● **PROBLEM DETAILS**
Find the line containing "from build123d import *" in the entries below. Restate it and each line after it, word for word, up to and including the line containing "solid = f1.part".

*** GIVEN INFORMATION ***

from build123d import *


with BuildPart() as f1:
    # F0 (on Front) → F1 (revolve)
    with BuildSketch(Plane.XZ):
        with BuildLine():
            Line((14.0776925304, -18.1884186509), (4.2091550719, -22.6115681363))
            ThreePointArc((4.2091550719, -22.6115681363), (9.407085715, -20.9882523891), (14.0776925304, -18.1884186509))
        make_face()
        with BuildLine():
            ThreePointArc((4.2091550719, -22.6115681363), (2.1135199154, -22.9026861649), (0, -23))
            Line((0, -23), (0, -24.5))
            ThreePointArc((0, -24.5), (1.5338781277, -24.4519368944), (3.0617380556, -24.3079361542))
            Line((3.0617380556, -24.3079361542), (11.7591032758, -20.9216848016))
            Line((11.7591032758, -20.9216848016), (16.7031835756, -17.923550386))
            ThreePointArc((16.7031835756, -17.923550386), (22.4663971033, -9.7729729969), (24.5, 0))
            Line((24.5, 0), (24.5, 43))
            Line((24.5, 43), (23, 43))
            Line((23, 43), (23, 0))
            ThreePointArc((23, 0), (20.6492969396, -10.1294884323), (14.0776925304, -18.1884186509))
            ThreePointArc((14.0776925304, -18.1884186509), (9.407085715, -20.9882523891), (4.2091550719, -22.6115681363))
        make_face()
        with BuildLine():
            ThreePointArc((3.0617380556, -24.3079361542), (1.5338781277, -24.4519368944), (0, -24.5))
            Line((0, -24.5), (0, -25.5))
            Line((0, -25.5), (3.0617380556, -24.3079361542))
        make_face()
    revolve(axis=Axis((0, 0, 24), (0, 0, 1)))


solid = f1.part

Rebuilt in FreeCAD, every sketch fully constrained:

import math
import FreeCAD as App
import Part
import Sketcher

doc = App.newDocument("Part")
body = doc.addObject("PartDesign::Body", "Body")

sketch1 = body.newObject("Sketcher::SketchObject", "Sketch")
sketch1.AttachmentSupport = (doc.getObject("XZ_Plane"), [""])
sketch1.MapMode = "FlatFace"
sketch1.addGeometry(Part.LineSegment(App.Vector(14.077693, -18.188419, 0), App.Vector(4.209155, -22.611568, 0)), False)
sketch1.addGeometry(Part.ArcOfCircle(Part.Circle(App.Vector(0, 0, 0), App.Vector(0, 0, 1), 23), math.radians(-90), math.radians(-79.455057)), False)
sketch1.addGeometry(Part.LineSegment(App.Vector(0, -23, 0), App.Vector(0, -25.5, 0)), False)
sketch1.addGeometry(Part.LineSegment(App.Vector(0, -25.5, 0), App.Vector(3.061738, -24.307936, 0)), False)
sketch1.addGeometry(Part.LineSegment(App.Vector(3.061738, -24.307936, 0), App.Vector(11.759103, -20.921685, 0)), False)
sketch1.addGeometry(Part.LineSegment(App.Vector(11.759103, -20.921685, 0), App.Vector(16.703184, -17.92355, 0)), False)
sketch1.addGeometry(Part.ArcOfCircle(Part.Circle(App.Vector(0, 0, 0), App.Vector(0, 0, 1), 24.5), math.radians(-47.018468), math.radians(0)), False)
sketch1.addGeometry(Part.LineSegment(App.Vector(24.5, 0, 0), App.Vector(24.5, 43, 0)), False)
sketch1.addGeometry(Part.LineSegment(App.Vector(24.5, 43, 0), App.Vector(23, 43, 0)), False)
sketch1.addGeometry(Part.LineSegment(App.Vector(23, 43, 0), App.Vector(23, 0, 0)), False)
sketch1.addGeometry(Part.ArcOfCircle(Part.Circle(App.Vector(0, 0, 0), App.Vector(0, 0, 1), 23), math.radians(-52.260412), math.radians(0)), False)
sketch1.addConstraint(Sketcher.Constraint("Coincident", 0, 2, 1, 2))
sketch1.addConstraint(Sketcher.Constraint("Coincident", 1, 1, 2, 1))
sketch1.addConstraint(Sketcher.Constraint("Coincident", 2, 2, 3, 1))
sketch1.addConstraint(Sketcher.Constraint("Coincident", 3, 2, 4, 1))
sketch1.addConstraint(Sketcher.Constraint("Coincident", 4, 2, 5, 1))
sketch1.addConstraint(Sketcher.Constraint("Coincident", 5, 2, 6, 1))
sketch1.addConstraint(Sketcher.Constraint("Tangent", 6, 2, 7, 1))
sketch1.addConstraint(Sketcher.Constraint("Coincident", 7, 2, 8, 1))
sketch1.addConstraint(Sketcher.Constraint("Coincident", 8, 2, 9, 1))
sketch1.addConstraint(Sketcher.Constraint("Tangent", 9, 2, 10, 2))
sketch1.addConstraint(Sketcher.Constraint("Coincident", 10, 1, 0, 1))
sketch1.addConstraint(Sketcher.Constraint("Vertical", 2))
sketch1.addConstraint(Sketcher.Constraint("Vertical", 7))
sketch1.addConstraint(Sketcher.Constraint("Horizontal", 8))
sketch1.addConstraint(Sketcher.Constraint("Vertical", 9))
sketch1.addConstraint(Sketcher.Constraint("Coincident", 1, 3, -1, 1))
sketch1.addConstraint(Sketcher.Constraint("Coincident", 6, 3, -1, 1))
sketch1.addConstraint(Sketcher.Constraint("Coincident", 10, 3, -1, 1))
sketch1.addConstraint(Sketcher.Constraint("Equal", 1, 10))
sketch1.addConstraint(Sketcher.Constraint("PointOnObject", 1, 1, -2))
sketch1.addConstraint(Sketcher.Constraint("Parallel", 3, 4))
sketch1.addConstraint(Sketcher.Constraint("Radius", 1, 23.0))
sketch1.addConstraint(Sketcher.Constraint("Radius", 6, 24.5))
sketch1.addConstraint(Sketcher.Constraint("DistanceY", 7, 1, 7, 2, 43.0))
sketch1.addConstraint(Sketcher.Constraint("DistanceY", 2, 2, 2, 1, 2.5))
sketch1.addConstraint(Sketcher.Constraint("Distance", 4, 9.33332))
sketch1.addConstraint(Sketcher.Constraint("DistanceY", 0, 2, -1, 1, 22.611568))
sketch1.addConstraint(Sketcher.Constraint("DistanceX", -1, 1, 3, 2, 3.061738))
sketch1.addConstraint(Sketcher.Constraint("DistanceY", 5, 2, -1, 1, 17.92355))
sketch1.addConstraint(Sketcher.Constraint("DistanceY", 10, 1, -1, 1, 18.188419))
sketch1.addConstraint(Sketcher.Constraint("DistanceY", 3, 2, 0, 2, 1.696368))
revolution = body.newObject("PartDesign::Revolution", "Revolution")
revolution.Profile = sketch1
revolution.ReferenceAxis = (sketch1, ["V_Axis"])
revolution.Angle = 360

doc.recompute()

*** End of GIVEN INFORMATION ***
*** GIVEN INFORMATION ***

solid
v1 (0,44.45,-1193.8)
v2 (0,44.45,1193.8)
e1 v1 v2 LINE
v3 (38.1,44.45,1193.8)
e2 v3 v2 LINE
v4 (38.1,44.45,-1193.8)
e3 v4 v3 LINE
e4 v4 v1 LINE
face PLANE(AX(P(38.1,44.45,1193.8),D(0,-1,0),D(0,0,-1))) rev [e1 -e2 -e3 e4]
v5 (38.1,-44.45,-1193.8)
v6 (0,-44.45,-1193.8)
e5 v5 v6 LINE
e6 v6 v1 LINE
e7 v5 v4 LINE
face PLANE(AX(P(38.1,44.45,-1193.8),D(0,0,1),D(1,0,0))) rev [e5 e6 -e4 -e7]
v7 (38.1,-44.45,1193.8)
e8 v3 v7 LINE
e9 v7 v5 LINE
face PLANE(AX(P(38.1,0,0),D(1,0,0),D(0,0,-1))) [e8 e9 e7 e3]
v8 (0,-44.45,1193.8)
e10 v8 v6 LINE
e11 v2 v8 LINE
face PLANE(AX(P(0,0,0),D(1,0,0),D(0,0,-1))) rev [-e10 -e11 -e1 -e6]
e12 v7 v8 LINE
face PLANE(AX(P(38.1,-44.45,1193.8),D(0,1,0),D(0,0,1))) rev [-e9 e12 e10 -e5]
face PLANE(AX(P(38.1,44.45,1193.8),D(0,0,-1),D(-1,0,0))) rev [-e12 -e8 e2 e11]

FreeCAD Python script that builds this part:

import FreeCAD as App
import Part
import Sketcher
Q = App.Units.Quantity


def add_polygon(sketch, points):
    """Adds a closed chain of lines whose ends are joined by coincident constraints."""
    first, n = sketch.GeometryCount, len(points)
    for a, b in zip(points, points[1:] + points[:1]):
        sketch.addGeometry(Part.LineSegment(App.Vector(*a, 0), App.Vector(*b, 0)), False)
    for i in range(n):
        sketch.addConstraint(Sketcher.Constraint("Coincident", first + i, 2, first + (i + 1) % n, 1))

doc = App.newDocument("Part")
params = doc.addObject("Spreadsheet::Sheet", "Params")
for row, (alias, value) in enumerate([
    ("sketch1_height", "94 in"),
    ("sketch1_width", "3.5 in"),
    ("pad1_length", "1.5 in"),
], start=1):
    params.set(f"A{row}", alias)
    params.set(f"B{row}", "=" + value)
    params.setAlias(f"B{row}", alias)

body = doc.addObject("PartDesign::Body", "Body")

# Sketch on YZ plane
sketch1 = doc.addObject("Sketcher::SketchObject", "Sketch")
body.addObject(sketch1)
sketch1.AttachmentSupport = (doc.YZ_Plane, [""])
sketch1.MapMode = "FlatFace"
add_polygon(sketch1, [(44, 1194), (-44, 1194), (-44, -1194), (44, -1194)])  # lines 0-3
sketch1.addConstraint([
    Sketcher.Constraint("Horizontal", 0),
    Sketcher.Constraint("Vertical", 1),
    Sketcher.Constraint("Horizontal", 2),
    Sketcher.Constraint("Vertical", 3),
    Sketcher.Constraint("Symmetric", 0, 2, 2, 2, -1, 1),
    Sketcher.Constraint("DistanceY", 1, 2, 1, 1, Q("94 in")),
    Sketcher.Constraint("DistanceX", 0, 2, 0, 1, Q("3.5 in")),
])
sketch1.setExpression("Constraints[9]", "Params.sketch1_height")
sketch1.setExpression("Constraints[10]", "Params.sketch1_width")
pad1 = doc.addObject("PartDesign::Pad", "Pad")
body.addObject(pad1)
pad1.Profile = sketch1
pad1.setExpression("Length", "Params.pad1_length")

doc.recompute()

*** End of GIVEN INFORMATION ***
*** GIVEN INFORMATION ***

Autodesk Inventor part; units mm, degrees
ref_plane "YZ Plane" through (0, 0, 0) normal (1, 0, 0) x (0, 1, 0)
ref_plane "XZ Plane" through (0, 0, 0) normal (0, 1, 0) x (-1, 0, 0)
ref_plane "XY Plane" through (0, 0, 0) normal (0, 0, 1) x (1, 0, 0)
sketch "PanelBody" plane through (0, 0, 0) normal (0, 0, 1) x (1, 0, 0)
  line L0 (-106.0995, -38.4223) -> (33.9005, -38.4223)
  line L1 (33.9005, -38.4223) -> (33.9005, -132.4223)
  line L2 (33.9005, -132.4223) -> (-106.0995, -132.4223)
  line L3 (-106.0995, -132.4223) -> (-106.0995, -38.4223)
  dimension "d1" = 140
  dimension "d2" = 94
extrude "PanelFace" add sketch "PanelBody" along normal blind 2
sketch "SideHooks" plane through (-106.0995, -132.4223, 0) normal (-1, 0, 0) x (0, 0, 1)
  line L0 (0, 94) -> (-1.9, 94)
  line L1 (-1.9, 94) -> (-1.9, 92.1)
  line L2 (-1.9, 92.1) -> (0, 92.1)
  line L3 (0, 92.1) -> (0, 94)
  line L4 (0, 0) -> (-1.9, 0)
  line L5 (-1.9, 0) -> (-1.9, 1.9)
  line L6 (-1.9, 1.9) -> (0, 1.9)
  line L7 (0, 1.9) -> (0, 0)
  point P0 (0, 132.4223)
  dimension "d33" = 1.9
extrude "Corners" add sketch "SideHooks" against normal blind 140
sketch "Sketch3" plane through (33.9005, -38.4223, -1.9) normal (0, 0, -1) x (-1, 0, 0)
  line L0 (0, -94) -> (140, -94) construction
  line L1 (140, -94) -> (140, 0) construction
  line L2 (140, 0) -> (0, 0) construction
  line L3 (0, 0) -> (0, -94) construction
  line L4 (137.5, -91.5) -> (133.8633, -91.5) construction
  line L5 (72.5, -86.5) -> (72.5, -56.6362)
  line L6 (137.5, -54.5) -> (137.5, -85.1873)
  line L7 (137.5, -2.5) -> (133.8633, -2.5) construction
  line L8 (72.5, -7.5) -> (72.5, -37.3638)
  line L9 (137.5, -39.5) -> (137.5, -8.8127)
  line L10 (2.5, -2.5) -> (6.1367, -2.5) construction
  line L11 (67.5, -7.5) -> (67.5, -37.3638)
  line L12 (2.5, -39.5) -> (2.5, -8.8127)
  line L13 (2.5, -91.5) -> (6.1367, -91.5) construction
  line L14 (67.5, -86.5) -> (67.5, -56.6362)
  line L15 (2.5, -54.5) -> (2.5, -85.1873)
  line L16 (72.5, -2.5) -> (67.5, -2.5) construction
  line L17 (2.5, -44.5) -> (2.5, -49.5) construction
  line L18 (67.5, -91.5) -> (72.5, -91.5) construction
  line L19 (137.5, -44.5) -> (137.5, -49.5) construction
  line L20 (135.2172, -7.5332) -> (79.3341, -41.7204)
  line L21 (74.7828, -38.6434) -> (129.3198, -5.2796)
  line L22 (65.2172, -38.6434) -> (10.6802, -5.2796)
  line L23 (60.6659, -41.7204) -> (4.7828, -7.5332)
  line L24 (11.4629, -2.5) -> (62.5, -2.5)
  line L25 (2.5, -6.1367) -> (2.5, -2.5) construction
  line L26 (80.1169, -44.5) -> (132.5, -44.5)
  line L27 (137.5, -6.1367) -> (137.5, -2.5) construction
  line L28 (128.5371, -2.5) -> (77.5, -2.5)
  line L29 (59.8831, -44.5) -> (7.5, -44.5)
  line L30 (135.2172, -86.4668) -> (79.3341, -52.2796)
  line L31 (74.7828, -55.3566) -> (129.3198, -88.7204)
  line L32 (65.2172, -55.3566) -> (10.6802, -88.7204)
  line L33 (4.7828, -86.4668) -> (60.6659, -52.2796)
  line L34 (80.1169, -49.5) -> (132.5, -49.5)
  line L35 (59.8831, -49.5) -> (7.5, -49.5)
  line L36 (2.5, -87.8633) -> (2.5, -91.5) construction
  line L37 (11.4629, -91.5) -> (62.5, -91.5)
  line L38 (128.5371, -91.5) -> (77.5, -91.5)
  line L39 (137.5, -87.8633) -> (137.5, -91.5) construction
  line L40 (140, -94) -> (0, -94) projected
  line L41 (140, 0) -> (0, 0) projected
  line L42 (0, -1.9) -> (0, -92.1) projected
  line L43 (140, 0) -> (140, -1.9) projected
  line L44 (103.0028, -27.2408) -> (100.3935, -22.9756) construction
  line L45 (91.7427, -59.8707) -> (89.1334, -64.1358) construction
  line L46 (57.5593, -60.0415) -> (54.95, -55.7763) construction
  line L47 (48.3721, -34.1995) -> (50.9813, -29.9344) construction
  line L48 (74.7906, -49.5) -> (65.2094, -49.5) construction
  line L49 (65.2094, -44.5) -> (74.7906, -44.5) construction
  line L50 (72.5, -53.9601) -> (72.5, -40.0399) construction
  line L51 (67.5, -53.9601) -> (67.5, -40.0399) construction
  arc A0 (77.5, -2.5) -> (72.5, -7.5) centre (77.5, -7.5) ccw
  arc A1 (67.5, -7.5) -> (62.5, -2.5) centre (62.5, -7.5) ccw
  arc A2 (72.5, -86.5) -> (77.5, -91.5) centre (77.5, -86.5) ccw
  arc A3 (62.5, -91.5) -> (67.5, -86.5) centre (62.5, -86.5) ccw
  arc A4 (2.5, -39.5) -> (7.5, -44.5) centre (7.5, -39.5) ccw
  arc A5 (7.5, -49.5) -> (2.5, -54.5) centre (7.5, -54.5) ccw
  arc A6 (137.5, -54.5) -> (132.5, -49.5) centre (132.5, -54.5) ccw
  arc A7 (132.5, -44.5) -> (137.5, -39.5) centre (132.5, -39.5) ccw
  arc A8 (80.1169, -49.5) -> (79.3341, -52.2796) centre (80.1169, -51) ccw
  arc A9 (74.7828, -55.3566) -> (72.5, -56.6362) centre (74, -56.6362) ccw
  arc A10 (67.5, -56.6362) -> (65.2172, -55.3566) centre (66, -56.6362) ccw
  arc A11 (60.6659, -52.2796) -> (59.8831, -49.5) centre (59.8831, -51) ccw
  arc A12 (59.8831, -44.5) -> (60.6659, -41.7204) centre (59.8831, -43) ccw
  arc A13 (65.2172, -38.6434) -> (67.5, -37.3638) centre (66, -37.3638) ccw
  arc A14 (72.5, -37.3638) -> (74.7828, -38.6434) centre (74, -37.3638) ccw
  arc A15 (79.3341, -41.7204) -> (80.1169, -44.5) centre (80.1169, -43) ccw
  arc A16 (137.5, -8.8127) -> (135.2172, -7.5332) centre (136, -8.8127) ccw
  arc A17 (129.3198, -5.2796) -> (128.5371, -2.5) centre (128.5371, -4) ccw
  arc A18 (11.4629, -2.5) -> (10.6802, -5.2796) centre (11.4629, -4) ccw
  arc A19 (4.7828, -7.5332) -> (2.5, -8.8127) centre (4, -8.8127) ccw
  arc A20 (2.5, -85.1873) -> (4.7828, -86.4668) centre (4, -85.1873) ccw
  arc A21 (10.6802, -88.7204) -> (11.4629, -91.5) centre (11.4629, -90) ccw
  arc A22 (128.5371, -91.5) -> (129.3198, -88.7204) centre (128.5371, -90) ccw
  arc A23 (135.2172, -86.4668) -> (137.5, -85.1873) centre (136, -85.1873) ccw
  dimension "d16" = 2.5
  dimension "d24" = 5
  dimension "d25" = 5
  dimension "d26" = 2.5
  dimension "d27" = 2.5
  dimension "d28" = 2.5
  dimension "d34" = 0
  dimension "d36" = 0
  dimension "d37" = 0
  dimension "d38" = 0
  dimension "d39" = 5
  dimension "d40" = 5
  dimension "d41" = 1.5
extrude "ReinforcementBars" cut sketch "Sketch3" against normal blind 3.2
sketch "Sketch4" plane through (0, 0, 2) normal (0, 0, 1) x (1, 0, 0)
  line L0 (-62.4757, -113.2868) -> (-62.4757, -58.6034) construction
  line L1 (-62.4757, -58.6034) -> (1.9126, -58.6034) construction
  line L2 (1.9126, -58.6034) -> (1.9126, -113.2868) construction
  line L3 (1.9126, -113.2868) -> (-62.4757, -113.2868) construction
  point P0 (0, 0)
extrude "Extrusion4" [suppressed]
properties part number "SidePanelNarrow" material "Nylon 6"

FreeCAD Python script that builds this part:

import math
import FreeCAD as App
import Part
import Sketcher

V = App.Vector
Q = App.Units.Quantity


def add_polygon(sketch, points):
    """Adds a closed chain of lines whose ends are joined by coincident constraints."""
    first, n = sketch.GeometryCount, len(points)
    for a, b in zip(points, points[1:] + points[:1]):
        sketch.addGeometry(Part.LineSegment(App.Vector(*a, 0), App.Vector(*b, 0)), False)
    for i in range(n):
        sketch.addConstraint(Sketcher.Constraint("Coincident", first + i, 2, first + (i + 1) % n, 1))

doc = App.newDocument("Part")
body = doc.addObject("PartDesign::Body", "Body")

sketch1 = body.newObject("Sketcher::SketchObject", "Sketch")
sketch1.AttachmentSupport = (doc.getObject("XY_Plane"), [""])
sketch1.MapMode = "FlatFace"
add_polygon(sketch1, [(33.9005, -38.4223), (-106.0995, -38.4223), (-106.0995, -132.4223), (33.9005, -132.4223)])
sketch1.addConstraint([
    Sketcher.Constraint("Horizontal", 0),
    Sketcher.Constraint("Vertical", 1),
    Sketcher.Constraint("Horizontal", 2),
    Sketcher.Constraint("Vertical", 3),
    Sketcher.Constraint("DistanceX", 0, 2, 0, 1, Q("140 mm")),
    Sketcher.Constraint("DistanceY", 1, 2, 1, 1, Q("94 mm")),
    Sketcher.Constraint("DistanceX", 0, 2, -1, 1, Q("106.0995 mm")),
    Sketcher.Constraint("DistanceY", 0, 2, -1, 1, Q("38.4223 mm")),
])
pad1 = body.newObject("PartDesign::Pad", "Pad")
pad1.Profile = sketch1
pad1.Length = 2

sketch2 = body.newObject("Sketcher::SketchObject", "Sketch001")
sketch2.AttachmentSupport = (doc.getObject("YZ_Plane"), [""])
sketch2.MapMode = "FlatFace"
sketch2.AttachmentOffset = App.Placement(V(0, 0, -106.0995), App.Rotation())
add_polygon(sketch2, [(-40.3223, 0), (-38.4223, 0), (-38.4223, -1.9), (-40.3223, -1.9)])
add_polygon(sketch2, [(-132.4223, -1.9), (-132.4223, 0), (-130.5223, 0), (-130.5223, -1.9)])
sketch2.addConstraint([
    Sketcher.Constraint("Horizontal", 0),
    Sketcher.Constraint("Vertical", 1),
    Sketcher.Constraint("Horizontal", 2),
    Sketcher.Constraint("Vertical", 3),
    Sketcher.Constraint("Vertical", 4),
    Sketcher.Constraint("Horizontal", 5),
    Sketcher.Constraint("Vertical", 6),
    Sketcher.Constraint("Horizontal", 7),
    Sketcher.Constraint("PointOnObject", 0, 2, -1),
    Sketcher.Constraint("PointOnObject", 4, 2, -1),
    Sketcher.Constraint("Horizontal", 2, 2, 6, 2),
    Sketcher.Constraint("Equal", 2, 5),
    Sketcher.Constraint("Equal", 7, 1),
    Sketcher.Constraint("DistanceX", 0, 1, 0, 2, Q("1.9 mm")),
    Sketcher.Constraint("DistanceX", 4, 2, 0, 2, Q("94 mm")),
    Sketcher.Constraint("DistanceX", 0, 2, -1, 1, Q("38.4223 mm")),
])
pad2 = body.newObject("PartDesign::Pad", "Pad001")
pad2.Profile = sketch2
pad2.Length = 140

*** End of GIVEN INFORMATION ***

● **WRITTEN RESPONSE**
from build123d import *


with BuildPart() as f1:
    # F0 (on Front) → F1 (revolve)
    with BuildSketch(Plane.XZ):
        with BuildLine():
            Line((14.0776925304, -18.1884186509), (4.2091550719, -22.6115681363))
            ThreePointArc((4.2091550719, -22.6115681363), (9.407085715, -20.9882523891), (14.0776925304, -18.1884186509))
        make_face()
        with BuildLine():
            ThreePointArc((4.2091550719, -22.6115681363), (2.1135199154, -22.9026861649), (0, -23))
            Line((0, -23), (0, -24.5))
            ThreePointArc((0, -24.5), (1.5338781277, -24.4519368944), (3.0617380556, -24.3079361542))
            Line((3.0617380556, -24.3079361542), (11.7591032758, -20.9216848016))
            Line((11.7591032758, -20.9216848016), (16.7031835756, -17.923550386))
            ThreePointArc((16.7031835756, -17.923550386), (22.4663971033, -9.7729729969), (24.5, 0))
            Line((24.5, 0), (24.5, 43))
            Line((24.5, 43), (23, 43))
            Line((23, 43), (23, 0))
            ThreePointArc((23, 0), (20.6492969396, -10.1294884323), (14.0776925304, -18.1884186509))
            ThreePointArc((14.0776925304, -18.1884186509), (9.407085715, -20.9882523891), (4.2091550719, -22.6115681363))
        make_face()
        with BuildLine():
            ThreePointArc((3.0617380556, -24.3079361542), (1.5338781277, -24.4519368944), (0, -24.5))
            Line((0, -24.5), (0, -25.5))
            Line((0, -25.5), (3.0617380556, -24.3079361542))
        make_face()
    revolve(axis=Axis((0, 0, 24), (0, 0, 1)))


solid = f1.part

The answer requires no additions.